De kern
- De komst van de praktijkondersteuner betekende verbetering van kwaliteit van zorg voor patiënten met chronische aandoeningen.
- Er was niet alleen sprake van taakdelegatie van de huisarts naar de praktijkondersteuner, maar ook van suppletie: de praktijkondersteuner voegde waarde toe binnen de huisartsenpraktijk.
- De praktijkondersteuner kan op diverse terreinen worden ingezet, niet alleen voor begeleiding van patiënten met chronische aandoeningen.
- Praktijkondersteuners zijn goed in het toepassen van richtlijnen en over het algemeen ook in algemene consultvaardigheden.
- Praktijkondersteuners passen motiverende gesprekstechnieken en onderdelen van de consultvoering niet altijd goed toe.
- Praktijkondersteuners zijn niet altijd goed toegerust voor ouderenzorg en voor secundaire preventie.

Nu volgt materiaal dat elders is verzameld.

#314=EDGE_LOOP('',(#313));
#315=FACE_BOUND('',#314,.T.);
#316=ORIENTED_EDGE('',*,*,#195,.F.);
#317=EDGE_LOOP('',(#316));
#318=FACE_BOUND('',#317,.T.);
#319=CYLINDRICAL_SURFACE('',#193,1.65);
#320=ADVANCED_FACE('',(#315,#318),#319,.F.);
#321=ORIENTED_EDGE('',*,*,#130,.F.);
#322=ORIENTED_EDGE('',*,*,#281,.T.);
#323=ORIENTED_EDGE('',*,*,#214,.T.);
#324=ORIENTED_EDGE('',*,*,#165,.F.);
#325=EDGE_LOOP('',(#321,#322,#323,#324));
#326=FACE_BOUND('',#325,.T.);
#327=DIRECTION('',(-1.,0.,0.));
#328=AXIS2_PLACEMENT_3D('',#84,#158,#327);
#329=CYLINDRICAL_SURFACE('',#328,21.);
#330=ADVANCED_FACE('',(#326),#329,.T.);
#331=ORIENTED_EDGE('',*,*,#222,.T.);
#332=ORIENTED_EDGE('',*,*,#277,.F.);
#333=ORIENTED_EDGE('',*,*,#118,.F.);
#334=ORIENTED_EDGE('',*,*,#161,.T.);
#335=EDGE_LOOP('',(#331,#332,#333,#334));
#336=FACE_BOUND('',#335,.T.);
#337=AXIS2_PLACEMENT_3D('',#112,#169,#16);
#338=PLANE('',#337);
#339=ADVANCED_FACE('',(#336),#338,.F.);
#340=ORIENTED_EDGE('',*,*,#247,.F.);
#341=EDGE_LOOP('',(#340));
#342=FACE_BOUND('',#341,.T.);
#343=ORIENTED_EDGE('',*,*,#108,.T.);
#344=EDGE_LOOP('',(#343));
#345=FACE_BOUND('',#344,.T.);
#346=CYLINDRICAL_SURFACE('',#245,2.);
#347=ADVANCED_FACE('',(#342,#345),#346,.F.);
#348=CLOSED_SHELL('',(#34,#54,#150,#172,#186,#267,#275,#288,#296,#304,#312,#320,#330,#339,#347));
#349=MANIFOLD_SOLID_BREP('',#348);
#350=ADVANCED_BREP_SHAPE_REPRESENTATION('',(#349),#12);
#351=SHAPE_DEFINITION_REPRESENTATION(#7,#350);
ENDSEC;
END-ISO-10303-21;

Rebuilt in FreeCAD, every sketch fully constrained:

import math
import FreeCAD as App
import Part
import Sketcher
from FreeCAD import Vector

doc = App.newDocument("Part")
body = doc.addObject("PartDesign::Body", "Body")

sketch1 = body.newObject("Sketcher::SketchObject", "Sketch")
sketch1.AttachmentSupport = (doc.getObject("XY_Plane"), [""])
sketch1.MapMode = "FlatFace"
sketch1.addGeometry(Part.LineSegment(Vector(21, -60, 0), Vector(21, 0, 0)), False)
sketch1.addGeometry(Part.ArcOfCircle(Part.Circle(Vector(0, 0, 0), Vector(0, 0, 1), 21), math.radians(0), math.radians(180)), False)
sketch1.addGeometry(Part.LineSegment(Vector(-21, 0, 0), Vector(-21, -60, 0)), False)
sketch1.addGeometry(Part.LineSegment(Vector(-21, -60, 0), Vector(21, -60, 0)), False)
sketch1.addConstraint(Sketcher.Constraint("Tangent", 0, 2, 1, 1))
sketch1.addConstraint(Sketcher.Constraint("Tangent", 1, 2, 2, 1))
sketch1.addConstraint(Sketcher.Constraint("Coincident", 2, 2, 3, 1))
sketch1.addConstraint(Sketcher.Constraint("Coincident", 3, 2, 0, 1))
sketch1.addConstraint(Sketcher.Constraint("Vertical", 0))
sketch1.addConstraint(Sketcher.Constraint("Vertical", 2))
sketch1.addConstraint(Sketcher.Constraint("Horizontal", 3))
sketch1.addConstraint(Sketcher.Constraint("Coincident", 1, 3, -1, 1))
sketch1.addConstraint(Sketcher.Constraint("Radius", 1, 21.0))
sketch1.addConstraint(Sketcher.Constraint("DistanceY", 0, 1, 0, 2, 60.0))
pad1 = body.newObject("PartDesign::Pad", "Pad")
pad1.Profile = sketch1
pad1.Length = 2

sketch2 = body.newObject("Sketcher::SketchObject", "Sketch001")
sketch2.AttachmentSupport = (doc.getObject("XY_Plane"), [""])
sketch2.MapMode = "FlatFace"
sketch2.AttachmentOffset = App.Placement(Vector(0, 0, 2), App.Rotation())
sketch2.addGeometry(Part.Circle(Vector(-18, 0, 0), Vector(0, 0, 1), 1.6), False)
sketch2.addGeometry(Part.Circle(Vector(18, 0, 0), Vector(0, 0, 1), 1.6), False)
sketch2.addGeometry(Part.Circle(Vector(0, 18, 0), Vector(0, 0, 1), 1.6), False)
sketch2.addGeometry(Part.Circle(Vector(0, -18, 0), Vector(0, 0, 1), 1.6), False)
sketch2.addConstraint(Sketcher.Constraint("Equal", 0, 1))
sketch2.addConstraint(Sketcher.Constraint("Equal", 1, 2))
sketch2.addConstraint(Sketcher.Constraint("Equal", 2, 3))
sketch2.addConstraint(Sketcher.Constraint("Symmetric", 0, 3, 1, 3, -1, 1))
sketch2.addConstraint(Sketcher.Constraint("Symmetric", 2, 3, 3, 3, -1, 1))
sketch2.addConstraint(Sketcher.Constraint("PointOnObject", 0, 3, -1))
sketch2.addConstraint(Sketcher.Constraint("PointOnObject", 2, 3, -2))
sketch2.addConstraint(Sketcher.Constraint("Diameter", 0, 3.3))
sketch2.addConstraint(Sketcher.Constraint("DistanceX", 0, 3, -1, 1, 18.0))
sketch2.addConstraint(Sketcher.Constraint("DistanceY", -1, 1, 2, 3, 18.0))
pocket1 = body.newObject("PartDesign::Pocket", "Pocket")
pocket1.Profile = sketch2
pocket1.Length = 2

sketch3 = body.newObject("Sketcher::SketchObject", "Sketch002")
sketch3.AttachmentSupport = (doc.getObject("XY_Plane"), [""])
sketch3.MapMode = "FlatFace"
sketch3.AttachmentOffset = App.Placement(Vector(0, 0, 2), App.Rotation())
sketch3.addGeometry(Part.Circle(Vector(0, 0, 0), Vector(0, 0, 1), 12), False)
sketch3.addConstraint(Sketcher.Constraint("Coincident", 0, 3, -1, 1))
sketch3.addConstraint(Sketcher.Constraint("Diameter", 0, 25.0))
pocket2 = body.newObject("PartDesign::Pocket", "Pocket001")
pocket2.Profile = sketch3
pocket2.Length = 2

Taakdelegatie, suppletie en effecten
Huisartsen delegeren de begeleiding van patiënten met chronische aandoeningen aan praktijkondersteuners. Het effect van deze taakdelegatie is groter dan je zou verwachten: naast de verschuiving van taken is er ook sprake van suppletie. Hierbij gaat het om aanvullende werkzaamheden van de ene beroepsgroep bovenop de taken van de andere beroepsgroep. De komst van de praktijkondersteuner blijkt namelijk een toegevoegde waarde binnen de huisartsenpraktijk: betere signalering van problemen, controles, voorlichting en begeleiding van patiënten met chronische aandoeningen. Uit het onderzoek van het NIVEL blijkt dat taakdelegatie van huisartsen naar praktijkondersteuners een verbetering is van de zorg voor patiënten met chronische aandoeningen.1 Een voorbeeld daarvan is een onderzoek naar het effect van de inzet van praktijkondersteuners bij cardiovasculair risicomanagement. Hieruit blijkt dat de begeleiding door praktijkondersteuners vergelijkbare resultaten heeft met die door huisartsen; praktijkondersteuners hadden zelfs een beter resultaat bij de daling van het cholesterol.2 Een ander (logisch) effect van praktijkondersteuners betreft de productiviteit. Simpel gezegd heeft een praktijk met een of meerdere praktijkondersteuners meer patiëntencontacten ten opzichte van de tijd: tussen de 2 tot 8% meer contacten. De komst van de praktijkondersteuner heeft positieve effecten, al zijn niet alle verwachtingen uitgekomen. Veel huisartsen hoopten misschien dat de praktijkondersteuner ook hun werkbelasting zou verminderen, maar dat bleek niet zo te zijn. Delegeren brengt namelijk ook nieuwe taken met zich mee in het kader van samenwerking en onderlinge afstemming: meer overlegmomenten bijvoorbeeld. Het feit dat de zorg voor patiënten met chronische aandoeningen is verbeterd, biedt veel huisartsen echter voldoende troost, verwacht ik.
Out of the box
In de meeste praktijken begeleidt de praktijkondersteuner patiënten met chronische aandoeningen (diabetes, astma/COPD, hart- en vaatziekten), maar er zijn ook huisartsenpraktijken die nieuwe mogelijkheden zien voor de praktijkondersteuner. Zo wordt de praktijkondersteuner ingezet om de ouderenzorg op poten te zetten of uit te voeren. Ook zijn er praktijken waar de praktijkondersteuner praktijkmanager is. In meerdere praktijken zorgt de praktijkondersteuner dat praktijkassistenten goed hun werk kunnen doen. Een opvallende taak voor de praktijkondersteuner is een eigen spreekuur voor vrouwen (zoals in Gezondheidscentrum Stevenshof in Leiden), waar bijvoorbeeld anticonceptie, inbrengen van een spiraaltje, soa’s, incontinentie voor urine, de overgang en verzakking (onder andere aanmeten pessarium) en vaginale afscheiding aan de orde kunnen komen. Nog een mooi voorbeeld van het zien van nieuwe mogelijkheden is Praktijk Mozaïek in Rotterdam-Zuid. Praktijkondersteuners zijn daar consultvoerders onder supervisie van de huisarts. Praktijkondersteuners zien alle patiënten, nemen de anamnese af en stellen de eerste werkhypothese. Nadat de diagnose is gesteld door de huisarts, neemt de praktijkondersteuner het afronden van het gesprek en mogelijke vervolgafspraken over. Deze manier van werken betekent voor de huisarts een duidelijke lastenverlichting.
Klaar voor de toekomst?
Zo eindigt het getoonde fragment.